Your instructions
What to return is the tail of the data, from the line that contains "f 311 312 313" down to the last line, copied exactly.

+++ Exercise inputs +++

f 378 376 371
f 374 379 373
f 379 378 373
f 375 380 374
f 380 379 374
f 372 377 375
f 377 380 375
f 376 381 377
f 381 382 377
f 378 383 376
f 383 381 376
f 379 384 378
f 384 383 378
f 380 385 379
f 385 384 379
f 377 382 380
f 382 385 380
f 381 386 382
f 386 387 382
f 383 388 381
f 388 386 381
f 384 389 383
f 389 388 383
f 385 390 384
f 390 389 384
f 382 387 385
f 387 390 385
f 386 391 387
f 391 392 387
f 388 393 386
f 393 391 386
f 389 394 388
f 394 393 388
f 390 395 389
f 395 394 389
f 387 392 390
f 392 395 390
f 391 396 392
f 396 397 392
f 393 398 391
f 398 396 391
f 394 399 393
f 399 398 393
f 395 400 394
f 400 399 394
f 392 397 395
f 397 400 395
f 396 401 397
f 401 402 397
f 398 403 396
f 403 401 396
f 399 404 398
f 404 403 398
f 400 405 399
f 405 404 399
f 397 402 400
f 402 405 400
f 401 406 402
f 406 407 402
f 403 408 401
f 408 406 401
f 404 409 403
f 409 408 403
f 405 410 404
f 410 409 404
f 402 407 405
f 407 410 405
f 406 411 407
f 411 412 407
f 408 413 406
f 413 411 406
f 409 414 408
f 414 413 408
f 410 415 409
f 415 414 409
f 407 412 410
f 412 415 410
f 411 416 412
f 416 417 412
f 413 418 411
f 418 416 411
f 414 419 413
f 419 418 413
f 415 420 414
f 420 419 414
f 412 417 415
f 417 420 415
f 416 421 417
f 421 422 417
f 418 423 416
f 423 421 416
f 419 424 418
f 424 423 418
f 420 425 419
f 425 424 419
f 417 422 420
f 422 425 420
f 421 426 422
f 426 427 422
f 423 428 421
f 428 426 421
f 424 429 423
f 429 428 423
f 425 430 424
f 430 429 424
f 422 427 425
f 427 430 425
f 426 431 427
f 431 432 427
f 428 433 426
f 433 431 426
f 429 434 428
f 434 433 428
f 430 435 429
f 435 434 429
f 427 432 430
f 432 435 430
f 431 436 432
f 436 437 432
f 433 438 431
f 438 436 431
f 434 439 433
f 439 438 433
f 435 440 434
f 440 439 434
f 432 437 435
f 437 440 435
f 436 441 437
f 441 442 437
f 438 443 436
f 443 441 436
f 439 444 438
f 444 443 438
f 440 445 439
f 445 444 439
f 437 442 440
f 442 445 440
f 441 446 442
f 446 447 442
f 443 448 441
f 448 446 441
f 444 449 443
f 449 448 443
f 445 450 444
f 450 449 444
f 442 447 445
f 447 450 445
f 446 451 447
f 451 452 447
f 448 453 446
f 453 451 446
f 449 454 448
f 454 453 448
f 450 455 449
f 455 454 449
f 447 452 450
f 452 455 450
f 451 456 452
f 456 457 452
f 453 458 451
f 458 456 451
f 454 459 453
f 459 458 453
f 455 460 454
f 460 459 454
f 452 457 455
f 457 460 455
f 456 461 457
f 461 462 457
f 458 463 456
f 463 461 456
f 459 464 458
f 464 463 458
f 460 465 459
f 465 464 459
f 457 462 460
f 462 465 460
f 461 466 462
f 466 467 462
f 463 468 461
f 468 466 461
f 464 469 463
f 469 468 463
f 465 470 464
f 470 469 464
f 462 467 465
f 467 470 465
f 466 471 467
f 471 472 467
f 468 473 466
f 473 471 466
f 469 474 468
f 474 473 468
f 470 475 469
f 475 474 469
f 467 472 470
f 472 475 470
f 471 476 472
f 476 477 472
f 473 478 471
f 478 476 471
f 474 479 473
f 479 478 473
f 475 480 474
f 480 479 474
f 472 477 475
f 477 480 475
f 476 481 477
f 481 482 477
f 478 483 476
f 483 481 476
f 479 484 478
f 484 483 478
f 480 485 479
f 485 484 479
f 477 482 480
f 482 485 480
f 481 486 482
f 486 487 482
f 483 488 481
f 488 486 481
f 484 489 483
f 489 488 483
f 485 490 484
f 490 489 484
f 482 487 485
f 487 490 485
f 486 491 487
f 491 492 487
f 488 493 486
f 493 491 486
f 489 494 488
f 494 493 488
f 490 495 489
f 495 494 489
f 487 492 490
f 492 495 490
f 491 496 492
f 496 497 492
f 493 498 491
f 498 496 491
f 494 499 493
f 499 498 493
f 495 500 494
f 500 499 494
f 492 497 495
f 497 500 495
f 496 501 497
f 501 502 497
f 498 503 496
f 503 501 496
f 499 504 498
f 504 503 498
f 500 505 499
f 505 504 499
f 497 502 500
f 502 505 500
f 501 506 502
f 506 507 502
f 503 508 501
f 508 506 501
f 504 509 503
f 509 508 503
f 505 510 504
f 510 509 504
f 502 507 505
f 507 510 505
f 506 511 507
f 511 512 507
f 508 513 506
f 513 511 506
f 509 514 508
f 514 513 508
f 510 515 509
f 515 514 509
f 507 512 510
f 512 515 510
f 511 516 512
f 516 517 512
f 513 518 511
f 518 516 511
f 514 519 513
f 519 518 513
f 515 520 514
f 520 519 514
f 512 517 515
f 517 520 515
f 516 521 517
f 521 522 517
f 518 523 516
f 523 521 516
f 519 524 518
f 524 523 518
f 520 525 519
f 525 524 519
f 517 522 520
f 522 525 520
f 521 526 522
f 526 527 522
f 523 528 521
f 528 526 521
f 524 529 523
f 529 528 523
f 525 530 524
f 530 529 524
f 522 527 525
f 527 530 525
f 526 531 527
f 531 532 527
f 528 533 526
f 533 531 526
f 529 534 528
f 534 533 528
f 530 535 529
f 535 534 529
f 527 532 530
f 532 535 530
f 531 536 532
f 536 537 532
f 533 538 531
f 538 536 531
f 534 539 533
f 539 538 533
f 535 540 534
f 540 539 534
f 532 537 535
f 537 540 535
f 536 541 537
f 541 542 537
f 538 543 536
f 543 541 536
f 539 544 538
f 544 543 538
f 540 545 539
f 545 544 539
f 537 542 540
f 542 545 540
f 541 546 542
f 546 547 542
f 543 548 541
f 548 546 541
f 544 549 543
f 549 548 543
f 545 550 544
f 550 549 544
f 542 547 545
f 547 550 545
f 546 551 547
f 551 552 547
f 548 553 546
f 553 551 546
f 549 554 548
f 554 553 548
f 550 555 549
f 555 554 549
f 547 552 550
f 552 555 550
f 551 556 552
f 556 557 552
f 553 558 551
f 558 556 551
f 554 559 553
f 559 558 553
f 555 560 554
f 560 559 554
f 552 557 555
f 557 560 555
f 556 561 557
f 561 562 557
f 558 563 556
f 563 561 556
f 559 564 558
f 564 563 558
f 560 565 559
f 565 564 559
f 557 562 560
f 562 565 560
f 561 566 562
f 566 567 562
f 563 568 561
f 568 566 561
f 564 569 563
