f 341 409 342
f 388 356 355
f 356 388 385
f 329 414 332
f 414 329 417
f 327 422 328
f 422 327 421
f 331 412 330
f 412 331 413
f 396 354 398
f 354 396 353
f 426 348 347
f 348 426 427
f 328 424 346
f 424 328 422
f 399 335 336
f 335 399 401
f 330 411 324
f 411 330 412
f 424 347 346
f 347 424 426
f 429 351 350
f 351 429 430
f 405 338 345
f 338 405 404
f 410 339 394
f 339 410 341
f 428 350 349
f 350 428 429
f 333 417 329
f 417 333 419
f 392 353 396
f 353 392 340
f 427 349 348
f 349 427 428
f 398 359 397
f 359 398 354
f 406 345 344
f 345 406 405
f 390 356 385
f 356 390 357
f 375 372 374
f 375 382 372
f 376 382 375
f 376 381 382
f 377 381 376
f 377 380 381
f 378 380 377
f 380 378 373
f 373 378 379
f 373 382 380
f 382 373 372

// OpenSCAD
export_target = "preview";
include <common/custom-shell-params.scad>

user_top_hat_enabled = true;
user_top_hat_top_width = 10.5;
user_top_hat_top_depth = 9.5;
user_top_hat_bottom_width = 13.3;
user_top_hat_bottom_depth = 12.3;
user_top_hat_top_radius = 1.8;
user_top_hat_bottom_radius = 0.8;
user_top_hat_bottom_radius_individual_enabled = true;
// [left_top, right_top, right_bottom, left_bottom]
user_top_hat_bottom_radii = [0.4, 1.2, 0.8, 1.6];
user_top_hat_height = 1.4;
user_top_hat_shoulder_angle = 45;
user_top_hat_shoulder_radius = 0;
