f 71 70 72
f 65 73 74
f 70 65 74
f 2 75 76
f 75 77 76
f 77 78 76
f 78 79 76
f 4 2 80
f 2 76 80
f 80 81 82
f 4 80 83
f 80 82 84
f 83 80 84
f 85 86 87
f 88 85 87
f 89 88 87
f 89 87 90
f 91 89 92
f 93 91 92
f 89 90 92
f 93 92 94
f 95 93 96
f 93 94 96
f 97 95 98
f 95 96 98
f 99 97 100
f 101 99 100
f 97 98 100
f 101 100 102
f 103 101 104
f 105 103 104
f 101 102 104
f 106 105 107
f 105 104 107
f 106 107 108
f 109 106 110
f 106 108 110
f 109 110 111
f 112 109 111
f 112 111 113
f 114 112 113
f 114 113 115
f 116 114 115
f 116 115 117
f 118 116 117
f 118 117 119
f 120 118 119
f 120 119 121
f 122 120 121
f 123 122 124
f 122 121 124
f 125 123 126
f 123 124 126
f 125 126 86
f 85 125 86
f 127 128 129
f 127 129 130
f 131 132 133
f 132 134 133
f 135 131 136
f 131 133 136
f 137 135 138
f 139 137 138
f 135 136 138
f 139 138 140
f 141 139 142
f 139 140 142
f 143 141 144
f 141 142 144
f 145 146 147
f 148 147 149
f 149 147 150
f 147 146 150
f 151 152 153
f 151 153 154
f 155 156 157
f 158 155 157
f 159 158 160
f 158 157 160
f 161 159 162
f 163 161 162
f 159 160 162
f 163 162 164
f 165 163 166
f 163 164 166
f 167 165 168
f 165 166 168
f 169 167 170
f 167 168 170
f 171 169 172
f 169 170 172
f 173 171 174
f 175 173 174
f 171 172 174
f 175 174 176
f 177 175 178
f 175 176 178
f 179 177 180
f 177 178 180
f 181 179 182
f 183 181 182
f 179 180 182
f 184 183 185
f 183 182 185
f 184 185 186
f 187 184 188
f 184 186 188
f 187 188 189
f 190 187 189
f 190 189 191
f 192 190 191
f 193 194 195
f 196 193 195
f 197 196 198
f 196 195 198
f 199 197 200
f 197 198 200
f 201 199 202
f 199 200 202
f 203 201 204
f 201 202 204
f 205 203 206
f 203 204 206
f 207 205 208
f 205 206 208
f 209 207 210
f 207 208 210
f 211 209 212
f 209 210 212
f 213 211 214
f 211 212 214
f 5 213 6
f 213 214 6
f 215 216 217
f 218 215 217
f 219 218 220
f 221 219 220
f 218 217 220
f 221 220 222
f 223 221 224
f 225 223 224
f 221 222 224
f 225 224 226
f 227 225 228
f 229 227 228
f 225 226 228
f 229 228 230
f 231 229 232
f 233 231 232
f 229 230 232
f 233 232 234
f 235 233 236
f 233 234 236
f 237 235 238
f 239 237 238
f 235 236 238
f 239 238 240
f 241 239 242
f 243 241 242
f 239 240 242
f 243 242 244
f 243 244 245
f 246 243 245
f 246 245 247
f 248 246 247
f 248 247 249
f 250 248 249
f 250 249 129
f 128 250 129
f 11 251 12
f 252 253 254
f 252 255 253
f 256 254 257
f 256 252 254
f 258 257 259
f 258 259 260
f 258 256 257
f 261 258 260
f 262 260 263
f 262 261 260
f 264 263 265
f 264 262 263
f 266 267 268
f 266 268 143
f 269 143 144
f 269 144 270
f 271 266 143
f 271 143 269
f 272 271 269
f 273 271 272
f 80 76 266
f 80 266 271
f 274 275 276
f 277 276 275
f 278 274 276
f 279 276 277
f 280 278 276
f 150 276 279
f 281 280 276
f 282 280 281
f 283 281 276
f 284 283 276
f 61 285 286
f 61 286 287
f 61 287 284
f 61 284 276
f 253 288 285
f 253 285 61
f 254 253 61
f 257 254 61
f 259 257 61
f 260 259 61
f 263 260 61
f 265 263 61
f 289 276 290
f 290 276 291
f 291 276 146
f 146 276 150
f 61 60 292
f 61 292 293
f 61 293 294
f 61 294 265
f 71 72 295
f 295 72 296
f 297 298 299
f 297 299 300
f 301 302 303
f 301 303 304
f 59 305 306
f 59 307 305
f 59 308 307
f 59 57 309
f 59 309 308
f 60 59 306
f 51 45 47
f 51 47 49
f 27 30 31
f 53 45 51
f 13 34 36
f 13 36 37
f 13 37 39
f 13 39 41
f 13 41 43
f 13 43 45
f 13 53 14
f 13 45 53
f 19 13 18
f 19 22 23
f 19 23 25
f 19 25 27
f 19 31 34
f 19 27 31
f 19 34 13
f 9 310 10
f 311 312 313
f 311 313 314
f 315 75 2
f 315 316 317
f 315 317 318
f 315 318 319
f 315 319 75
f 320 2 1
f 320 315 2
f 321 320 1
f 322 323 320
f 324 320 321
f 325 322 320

+++

Output
f 311 312 313
f 311 313 314
f 315 75 2
f 315 316 317
f 315 317 318
f 315 318 319
f 315 319 75
f 320 2 1
f 320 315 2
f 321 320 1
f 322 323 320
f 324 320 321
f 325 322 320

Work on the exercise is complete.